Closure, however, was indeed looming. Duffy made one last run at Sarver's heartstrings, telling him the story of how, as a fledgling agent, he tried to secure a guaranteed contract from the Houston Oilers for wide receiver Webster Slaughter. Then-Oilers GM Mike Holovak informed Duffy that he was asking for the sort of treatment that, in the NFL world, only legendary running back Earl Campbell could dare seek.

Duffy's point? Nash was the Suns' Earl Campbell.

"I told Robert that, in all the years that you're going to own this franchise, I don't think you'll ever have a person in this organization as special as Steve Nash," Duffy said. "He's inarguably the greatest Sun this franchise has ever had. So if you're ever going to make an exception for something, he'd be the guy. And Robert, bless his soul, ended up giving his blessing."

But Duffy knows, realistically, that the speech only did so much good. The Knicks were prepared to part with a player whom the Suns loved in the 2011 draft in a sign-and-trade with Phoenix -- guard Iman Shumpert -- but the true clincher for the Lakers was the Suns' fast-moving negotiations with another Duffy client: Goran Dragic. With Phoenix not only extracting a variety of assets from L.A. but also emerging from the Nash breakup with a coveted (and marketable) replacement, it became slightly more palatable for Sarver to sign off.

"It probably didn't hurt," Duffy concedes, "that we were going to be a part of the solution for them."

Sarver declined comment over the weekend when reached by ESPN.com to tell the Suns' side of the story, saying that he wouldn't be making any public statements about how things played out before Wednesday, which is the first day NBA players can sign new contracts. But that's OK.

Nash, suddenly an ex-Sun for the second time in his career, has plenty to say.

"I'm really thankful that Robert reconsidered," Nash said. "He and some of the other partners were gracious enough to realize what this means to me. They also got some assets back, which I feel good about, but it was a great gesture for me and my family. He was in a tough spot, but he put himself out there to do the best thing for me and my kids."

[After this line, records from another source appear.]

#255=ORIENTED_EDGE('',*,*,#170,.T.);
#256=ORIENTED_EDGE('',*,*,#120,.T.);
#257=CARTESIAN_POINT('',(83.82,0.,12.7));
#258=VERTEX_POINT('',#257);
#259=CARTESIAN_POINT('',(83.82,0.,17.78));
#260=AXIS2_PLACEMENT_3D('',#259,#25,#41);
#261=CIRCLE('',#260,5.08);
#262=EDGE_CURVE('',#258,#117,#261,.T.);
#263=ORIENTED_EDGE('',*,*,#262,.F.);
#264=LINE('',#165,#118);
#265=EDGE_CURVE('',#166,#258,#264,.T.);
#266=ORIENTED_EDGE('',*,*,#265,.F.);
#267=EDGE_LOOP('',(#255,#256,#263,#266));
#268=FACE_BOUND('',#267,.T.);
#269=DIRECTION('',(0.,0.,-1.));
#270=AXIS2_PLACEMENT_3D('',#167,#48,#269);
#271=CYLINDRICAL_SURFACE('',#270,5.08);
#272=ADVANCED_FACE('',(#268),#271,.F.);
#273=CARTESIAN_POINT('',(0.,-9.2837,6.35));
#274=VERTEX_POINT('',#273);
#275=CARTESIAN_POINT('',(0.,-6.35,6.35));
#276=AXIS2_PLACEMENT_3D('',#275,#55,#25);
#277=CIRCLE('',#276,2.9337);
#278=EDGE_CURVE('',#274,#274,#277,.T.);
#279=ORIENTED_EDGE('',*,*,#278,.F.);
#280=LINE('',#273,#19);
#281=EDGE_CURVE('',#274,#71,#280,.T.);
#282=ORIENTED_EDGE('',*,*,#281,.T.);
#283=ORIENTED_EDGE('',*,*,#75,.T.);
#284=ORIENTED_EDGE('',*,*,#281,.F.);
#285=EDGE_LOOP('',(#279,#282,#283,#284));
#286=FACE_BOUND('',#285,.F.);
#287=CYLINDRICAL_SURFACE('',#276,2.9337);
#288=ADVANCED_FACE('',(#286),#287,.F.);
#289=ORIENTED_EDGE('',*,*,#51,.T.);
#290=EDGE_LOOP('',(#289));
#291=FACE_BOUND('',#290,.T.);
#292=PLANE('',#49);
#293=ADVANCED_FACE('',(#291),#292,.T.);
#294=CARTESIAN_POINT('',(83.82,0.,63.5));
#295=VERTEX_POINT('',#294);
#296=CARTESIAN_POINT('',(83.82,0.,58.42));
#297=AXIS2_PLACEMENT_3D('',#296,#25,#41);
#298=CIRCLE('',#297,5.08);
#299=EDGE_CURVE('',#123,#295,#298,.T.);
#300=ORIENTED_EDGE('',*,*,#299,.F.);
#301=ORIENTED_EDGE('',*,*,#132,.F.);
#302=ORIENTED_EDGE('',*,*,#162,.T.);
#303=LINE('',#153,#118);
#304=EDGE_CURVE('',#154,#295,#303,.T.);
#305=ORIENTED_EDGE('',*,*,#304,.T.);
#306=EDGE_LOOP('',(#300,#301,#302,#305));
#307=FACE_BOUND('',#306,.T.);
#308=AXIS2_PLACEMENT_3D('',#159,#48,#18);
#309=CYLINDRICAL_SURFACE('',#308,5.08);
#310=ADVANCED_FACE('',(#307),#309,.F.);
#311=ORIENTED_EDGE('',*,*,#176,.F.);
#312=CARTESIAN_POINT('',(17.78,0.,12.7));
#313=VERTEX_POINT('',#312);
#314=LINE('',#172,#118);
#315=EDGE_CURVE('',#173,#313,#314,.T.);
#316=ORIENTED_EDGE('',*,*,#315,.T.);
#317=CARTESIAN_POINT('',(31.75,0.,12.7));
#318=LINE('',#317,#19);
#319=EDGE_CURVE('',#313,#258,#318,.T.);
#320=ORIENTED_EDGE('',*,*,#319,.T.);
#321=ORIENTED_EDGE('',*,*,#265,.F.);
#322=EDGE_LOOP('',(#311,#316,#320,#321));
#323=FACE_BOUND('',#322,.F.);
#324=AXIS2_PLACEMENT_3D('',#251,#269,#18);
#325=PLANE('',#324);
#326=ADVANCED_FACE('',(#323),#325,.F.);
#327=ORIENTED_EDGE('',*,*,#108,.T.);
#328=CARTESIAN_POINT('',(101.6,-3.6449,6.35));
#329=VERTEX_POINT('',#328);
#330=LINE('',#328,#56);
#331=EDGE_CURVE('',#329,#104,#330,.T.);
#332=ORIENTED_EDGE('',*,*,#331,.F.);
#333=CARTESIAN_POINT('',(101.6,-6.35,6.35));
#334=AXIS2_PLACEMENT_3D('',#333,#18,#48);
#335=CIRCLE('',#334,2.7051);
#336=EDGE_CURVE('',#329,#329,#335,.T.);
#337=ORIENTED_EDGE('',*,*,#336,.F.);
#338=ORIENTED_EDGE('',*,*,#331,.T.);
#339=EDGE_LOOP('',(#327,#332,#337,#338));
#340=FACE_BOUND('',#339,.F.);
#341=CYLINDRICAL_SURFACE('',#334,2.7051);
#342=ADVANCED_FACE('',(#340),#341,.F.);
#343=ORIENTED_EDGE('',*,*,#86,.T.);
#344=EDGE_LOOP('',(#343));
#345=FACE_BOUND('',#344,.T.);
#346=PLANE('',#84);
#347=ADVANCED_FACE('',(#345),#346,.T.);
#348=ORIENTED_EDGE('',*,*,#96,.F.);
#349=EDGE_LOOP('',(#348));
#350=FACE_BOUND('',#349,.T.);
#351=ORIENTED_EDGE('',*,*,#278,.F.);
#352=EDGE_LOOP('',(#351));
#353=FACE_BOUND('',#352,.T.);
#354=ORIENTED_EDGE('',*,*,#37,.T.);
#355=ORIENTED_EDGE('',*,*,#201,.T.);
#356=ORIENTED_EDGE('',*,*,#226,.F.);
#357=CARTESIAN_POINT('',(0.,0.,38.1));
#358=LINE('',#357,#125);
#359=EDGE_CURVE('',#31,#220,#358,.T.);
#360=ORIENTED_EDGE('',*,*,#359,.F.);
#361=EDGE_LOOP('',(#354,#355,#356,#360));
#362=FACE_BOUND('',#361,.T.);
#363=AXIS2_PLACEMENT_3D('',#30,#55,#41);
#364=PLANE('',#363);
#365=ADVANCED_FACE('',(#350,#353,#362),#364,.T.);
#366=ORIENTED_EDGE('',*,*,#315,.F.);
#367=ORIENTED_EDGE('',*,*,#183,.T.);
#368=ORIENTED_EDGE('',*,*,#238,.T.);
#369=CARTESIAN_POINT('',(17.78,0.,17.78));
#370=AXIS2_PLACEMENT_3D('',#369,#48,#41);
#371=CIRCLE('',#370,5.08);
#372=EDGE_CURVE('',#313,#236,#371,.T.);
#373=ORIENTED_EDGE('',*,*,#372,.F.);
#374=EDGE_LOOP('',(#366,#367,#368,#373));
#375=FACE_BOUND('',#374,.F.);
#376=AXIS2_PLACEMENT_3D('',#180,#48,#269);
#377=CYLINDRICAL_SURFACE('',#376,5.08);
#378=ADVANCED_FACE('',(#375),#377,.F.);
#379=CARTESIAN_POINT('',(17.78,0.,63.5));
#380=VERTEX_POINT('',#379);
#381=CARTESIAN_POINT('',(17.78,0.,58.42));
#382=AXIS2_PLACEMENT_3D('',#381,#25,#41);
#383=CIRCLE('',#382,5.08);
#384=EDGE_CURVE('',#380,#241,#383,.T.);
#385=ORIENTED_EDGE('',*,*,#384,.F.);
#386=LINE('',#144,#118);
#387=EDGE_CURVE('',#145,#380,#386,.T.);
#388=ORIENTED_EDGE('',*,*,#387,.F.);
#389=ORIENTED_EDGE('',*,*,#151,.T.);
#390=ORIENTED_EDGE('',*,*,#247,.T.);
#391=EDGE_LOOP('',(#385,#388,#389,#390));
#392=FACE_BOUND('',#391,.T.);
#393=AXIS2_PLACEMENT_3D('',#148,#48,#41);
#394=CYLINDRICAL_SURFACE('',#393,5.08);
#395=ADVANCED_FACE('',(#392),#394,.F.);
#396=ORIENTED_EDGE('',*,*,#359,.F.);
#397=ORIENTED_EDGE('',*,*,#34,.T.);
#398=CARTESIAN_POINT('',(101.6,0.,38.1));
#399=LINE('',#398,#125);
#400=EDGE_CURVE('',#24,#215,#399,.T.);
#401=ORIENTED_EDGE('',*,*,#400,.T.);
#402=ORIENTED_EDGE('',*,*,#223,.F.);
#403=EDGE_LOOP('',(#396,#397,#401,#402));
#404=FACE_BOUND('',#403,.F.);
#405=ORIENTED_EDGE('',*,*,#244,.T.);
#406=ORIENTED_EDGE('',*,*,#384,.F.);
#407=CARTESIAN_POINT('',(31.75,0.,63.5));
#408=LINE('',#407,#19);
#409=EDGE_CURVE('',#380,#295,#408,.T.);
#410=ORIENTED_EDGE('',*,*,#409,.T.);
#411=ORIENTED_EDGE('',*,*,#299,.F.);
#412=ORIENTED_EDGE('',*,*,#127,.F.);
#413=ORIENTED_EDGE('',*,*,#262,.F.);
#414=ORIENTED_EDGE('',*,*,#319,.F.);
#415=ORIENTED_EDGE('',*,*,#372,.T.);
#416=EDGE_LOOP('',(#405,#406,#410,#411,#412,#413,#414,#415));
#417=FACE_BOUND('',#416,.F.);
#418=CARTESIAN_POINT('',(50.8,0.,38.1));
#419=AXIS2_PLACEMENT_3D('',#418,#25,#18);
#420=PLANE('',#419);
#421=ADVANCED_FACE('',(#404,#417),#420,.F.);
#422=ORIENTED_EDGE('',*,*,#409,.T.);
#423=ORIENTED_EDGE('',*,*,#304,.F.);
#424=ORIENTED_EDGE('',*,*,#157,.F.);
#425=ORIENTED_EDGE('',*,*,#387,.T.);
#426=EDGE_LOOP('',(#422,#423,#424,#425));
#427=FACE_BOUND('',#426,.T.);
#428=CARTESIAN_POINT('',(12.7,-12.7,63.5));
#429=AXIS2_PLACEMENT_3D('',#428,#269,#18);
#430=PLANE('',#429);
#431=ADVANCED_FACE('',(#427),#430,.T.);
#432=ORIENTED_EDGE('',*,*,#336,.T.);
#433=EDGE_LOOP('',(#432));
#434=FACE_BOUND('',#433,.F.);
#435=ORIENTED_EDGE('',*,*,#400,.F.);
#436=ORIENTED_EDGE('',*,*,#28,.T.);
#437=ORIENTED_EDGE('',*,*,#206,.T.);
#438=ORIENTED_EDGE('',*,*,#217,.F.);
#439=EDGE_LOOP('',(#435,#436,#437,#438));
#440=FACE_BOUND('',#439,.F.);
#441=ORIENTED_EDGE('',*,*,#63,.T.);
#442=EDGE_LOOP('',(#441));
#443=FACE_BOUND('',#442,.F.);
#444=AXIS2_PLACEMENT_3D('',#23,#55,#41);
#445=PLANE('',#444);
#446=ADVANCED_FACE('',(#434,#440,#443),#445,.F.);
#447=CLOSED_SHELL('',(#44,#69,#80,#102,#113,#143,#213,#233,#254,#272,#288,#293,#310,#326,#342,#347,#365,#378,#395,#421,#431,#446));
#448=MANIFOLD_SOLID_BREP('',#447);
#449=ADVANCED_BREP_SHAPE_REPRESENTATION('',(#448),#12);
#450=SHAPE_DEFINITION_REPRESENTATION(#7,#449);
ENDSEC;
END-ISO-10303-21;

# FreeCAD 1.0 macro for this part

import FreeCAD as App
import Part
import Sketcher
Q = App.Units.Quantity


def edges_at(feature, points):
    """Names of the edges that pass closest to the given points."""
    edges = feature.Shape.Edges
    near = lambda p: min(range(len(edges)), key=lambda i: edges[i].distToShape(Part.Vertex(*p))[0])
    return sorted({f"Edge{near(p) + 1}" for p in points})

Said Duffy: "It really comes down to Steve wanting to be as close to his children as possible. It's an absolute bonus that he can compete for a ring and the money he'll be able to earn [roughly $27 million over the next three seasons] at his age. At the end of the day, if Phoenix would have offered him $10 million [a year] over three years, he would have stayed in Phoenix. One hundred percent. But we understand where the Suns are. They have to rebuild. They made it clear that they felt like they couldn't pay Steve a large salary and then go out and get other players to build a team."

Once Sarver's seal was assured, Nash called Colangelo and Tanenbaum separately to deliver the news that immediately and inevitably prompted a backlash about his commitment to the country, even though he recently signed on as general manager of Canada's senior men's national team. And Duffy called Dolan to let the Knicks know that the offseason Tribeca fixture would not be making New York his full-time home, either.

Nash has since heard the gibes about his supposed lack of patriotism. He's seen the footage of a few Suns fans burning his jersey LeBron-style. He's even taken some not-so-gentle ribbing from some of his cousins back home in England who likened the move from the Suns to the Lakers to the jump that Sol Campbell, once a rock-steady defender from Nash's beloved Tottenham Hotspur in the Barclays Premier League, made from Spurs to death rival Arsenal.

He swears that he can handle it all.

"If I upset some fans, I'll take whatever punishment they want to dish out," Nash said. "I love the Suns' fans; I had a fantastic and defining eight years there."

But ...

"The people I need to try not to disappoint," Nash said, "are my kids."